Prioritize frames containing:

  • Slides, diagrams, charts, code, formulas, tables, whiteboard content, UI operation screens, or definitions.
  • Scene changes that introduce a new topic.
  • Visual examples explicitly referenced by the subtitles.
  • Important on-screen text not fully captured by STT.

Skip frames that are:

  • Near-duplicates.
  • Blurry.
  • Pure talking-head shots without useful learning information.
  • Loading screens, ads, intros/outros, or irrelevant overlays.

Copy selected key images into selected_frames/, preserving the original timestamped filenames. Keep only enough screenshots to support learning; do not keep every candidate frame. For most videos, 8–30 screenshots are enough. Use more only when the video is highly visual.

6. Generate the learning note from screenshots and SRT

Read transcript.srt, the selected screenshot filenames/timestamps, and the visual notes produced while reading images one by one. Create video_learning_notes.md only after the key-frame selection step is complete.

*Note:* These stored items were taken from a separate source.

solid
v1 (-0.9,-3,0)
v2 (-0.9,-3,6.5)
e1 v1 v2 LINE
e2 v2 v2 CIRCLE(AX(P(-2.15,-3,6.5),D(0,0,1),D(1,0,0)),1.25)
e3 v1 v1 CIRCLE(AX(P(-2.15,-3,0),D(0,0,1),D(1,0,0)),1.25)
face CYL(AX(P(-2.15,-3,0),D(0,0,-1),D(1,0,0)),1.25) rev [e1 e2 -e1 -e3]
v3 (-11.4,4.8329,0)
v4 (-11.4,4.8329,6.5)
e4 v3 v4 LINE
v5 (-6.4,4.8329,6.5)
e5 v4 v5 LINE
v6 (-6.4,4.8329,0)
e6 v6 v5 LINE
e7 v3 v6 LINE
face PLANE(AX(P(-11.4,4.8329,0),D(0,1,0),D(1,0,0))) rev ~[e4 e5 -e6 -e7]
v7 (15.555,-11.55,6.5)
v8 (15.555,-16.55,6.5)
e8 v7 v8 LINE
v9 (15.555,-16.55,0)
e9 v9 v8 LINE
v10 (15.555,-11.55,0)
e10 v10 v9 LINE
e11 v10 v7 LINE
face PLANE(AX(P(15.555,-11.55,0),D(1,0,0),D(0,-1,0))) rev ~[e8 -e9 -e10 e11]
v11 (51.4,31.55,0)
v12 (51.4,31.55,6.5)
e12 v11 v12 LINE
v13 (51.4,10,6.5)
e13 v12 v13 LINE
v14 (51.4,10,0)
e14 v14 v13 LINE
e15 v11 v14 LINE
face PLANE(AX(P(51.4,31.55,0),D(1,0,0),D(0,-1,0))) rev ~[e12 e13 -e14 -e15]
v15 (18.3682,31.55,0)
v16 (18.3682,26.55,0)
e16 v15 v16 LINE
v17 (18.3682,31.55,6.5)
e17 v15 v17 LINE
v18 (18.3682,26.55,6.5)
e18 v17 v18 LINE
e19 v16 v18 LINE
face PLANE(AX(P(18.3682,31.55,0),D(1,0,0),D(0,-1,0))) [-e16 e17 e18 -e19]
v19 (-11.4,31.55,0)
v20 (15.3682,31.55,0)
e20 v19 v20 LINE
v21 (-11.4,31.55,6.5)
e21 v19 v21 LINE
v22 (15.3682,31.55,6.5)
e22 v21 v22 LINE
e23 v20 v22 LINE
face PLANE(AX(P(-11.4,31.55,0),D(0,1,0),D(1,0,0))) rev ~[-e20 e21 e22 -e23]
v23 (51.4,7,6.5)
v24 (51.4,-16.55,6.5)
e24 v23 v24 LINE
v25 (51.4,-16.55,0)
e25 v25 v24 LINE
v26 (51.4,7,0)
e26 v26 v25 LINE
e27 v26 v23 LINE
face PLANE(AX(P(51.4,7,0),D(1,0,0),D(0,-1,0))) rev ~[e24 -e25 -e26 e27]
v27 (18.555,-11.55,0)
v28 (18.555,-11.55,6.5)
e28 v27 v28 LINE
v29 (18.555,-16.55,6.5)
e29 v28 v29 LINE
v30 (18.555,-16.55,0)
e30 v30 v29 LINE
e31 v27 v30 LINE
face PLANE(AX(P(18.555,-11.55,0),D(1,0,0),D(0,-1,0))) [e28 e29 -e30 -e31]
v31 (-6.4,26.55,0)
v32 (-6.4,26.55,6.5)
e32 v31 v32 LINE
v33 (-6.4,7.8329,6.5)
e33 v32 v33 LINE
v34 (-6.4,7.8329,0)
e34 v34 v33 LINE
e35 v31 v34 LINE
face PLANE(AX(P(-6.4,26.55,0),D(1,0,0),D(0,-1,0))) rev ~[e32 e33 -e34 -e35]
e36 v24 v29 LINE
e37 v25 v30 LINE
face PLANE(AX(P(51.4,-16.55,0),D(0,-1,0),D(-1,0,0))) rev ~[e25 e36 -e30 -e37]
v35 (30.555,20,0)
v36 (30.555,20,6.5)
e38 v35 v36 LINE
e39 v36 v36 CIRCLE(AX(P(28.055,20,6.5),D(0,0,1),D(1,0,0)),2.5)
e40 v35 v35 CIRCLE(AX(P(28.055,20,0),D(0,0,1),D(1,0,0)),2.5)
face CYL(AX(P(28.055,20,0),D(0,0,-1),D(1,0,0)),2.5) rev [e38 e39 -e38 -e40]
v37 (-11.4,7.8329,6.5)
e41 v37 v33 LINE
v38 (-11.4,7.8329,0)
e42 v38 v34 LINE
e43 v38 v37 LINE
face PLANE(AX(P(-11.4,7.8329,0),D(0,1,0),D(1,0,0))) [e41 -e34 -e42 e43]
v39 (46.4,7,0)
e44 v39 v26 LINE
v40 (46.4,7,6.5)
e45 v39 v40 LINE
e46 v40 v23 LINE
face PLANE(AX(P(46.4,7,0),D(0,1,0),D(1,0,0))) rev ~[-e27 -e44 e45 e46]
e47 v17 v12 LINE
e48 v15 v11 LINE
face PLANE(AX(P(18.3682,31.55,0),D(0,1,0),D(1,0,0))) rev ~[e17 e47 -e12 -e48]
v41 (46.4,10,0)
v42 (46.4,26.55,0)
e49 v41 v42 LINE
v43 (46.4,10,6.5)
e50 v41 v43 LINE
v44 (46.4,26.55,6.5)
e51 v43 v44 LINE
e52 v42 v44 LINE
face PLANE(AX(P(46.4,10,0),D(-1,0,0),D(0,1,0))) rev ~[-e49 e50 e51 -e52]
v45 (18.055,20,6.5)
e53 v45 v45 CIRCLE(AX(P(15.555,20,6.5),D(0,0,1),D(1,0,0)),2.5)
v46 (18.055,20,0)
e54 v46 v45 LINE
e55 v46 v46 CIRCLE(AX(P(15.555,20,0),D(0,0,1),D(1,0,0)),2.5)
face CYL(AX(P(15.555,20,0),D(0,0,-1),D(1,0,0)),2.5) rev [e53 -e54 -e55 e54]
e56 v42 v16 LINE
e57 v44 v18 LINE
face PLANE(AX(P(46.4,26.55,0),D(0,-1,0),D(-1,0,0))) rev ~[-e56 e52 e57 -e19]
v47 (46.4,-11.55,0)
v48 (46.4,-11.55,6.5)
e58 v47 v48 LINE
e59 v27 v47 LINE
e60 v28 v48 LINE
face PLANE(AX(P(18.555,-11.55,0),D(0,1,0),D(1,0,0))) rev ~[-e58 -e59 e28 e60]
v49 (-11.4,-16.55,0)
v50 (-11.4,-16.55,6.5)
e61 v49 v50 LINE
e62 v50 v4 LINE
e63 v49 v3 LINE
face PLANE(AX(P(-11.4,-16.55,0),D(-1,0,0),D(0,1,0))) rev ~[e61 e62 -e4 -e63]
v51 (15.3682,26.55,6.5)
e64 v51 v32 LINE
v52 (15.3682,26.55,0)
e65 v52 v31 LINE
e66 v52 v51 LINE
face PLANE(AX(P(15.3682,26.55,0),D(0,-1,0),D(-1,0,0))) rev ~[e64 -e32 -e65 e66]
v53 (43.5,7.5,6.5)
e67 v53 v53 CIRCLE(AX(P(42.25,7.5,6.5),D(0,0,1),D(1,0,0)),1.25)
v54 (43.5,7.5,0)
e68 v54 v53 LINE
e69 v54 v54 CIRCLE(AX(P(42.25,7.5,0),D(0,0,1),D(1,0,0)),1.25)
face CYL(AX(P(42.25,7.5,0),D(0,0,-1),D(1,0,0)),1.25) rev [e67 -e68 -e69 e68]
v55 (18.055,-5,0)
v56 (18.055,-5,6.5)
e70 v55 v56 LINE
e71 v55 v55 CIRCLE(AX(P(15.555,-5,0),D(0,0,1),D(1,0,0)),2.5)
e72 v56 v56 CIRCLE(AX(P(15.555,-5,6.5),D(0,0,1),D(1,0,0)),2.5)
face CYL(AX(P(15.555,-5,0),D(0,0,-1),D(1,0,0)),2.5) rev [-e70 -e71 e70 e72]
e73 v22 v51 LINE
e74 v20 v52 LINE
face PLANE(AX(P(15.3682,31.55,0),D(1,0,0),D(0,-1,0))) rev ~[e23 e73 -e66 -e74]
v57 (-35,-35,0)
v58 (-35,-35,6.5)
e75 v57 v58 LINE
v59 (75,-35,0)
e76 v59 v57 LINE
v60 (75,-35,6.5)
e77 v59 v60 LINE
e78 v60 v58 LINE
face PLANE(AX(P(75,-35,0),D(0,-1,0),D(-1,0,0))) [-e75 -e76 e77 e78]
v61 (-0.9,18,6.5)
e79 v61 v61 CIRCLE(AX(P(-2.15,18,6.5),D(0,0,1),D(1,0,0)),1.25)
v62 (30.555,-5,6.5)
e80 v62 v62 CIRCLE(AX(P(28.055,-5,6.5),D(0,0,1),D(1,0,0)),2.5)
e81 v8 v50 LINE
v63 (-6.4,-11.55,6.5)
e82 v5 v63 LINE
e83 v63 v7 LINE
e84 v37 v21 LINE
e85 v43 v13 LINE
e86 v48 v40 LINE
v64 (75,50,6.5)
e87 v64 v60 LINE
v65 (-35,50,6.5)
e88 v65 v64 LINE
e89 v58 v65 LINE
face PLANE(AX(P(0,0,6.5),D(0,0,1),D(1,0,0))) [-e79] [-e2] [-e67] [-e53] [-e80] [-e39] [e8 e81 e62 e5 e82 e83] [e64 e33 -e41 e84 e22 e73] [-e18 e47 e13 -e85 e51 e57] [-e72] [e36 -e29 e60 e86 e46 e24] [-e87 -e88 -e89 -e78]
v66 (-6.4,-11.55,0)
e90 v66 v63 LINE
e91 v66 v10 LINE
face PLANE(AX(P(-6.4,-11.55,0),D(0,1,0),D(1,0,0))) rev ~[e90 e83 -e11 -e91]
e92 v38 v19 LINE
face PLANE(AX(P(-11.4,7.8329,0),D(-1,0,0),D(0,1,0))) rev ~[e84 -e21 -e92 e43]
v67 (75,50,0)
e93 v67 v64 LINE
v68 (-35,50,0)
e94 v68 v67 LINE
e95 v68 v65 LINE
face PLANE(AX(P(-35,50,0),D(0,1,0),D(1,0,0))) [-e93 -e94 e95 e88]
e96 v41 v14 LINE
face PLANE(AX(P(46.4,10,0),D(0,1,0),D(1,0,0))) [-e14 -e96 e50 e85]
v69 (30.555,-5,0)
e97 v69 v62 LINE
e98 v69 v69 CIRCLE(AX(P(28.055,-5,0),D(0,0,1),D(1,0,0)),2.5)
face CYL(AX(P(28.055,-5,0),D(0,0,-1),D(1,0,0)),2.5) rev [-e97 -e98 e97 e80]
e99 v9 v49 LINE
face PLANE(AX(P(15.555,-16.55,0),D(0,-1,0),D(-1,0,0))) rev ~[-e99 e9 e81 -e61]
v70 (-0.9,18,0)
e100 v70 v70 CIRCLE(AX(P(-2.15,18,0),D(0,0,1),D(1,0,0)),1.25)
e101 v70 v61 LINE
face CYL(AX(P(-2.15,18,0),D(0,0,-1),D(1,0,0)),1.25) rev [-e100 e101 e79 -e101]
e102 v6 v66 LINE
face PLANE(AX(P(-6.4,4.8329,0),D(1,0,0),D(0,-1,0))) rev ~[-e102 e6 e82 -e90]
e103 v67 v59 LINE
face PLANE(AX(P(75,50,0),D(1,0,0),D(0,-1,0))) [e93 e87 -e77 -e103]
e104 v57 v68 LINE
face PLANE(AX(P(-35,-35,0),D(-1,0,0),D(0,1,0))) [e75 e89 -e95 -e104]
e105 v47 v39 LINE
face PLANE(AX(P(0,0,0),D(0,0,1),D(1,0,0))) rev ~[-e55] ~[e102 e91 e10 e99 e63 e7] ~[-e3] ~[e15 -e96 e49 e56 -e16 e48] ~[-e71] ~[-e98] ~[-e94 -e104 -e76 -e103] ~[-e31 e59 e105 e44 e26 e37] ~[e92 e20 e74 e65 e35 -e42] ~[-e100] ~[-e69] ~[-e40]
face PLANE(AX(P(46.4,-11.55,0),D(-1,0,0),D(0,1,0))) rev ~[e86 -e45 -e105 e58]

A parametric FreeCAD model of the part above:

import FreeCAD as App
import Part
import Sketcher

V = App.Vector


def add_polygon(sketch, points):
    """Adds a closed chain of lines whose ends are joined by coincident constraints."""
    first, n = sketch.GeometryCount, len(points)
    for a, b in zip(points, points[1:] + points[:1]):
        sketch.addGeometry(Part.LineSegment(App.Vector(*a, 0), App.Vector(*b, 0)), False)
    for i in range(n):
        sketch.addConstraint(Sketcher.Constraint("Coincident", first + i, 2, first + (i + 1) % n, 1))

doc = App.newDocument("Part")
body = doc.addObject("PartDesign::Body", "Body")

# Sketch on XY plane
sketch1 = body.newObject("Sketcher::SketchObject", "Sketch")
sketch1.AttachmentSupport = (doc.getObject("XY_Plane"), [""])
sketch1.MapMode = "FlatFace"
add_polygon(sketch1, [(75, 50), (-35, 50), (-35, -35), (75, -35)])  # lines 0-3
add_polygon(sketch1, [(-11.4, -16.55), (-11.4, 4.8329), (-6.4, 4.8329), (-6.4, -11.55), (15.555, -11.55), (15.555, -16.55)])  # lines 4-9
sketch1.addGeometry(Part.Circle(V(15.555, -5, 0), V(0, 0, 1), 2.5), False)  # 10
sketch1.addGeometry(Part.Circle(V(28.055, -5, 0), V(0, 0, 1), 2.5), False)  # 11
add_polygon(sketch1, [(46.4, -11.55), (46.4, 7), (51.4, 7), (51.4, -16.55), (18.555, -16.55), (18.555, -11.55)])  # lines 12-17
add_polygon(sketch1, [(-6.4, 7.8329), (-11.4, 7.8329), (-11.4, 31.55), (15.3682, 31.55), (15.3682, 26.55), (-6.4, 26.55)])  # lines 18-23
sketch1.addGeometry(Part.Circle(V(15.555, 20, 0), V(0, 0, 1), 2.5), False)  # 24
sketch1.addGeometry(Part.Circle(V(28.055, 20, 0), V(0, 0, 1), 2.5), False)  # 25
add_polygon(sketch1, [(18.3682, 26.55), (18.3682, 31.55), (51.4, 31.55), (51.4, 10), (46.4, 10), (46.4, 26.55)])  # lines 26-31
sketch1.addConstraint(Sketcher.Constraint("Horizontal", 0))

When writing, embed key screenshots into the corresponding time-based sections, and explain why each screenshot matters based on both the STT context and the image content. Use the following structure:

# <Video title or topic>

<video src="relative/path/to/video.mp4" controls ></video>

- Original video: <URL>
- Video file: [<video-title>](relative/path/to/video.mp4)
- Generated date: YYYY-MM-DD

## Core Summary

<Summarize the most important ideas in 5–10 bullet points.>

## Learning Objectives

<List the concepts or operations the learner should understand after watching.>

## Section-by-Section Notes

### 00:00:00–00:03:20 <Section title>

<Convert the subtitles into readable learning notes. Do not dump the raw transcript.>

![00:01:30 key screenshot](selected_frames/frame_000003__00-01-30.jpg)

## Key Concepts / Terms

| Term | Explanation | Timestamp |
|---|---|---|

## Steps or Methodology

<If the video is a tutorial, organize the steps. If it is a course, organize the conceptual framework.>

## Review Checklist

- [ ] <Question or checkpoint>

Writing standards

  • Write in Chinese unless the user asks otherwise.
  • Convert the transcript into structured learning notes; do not dump a raw transcript.
  • Include screenshot timestamps in captions or nearby text.
  • At the beginning of the Markdown, embed the source video with the same syntax style as an image: <video src="relative/path/to/video.mp4" controls ></video>.
  • Use relative paths for both the source video and screenshots so the Markdown still displays correctly when the folder is moved.
  • Ground all claims in the subtitle content or image content. Use wording such as “possibly” or “appears to” for uncertain visual interpretations.
  • If the video contains code, formulas, financial charts, UI operations, or domain-specific terminology, preserve readable on-screen text as accurately as possible.

Tool notes

  • Use Bash for yt-dlp-downloader, ffmpeg, ffprobe, qwen-audio/STT commands, and necessary file operations.
  • Use Read with vision to review images; do not rely only on filenames or timestamps.
  • Use the bundled script for deterministic candidate frame extraction and skeleton generation; the final Markdown should be manually organized after subtitle and image analysis.
  • At the end of the task, use Message files_preview when appropriate to show the final Markdown and output directory.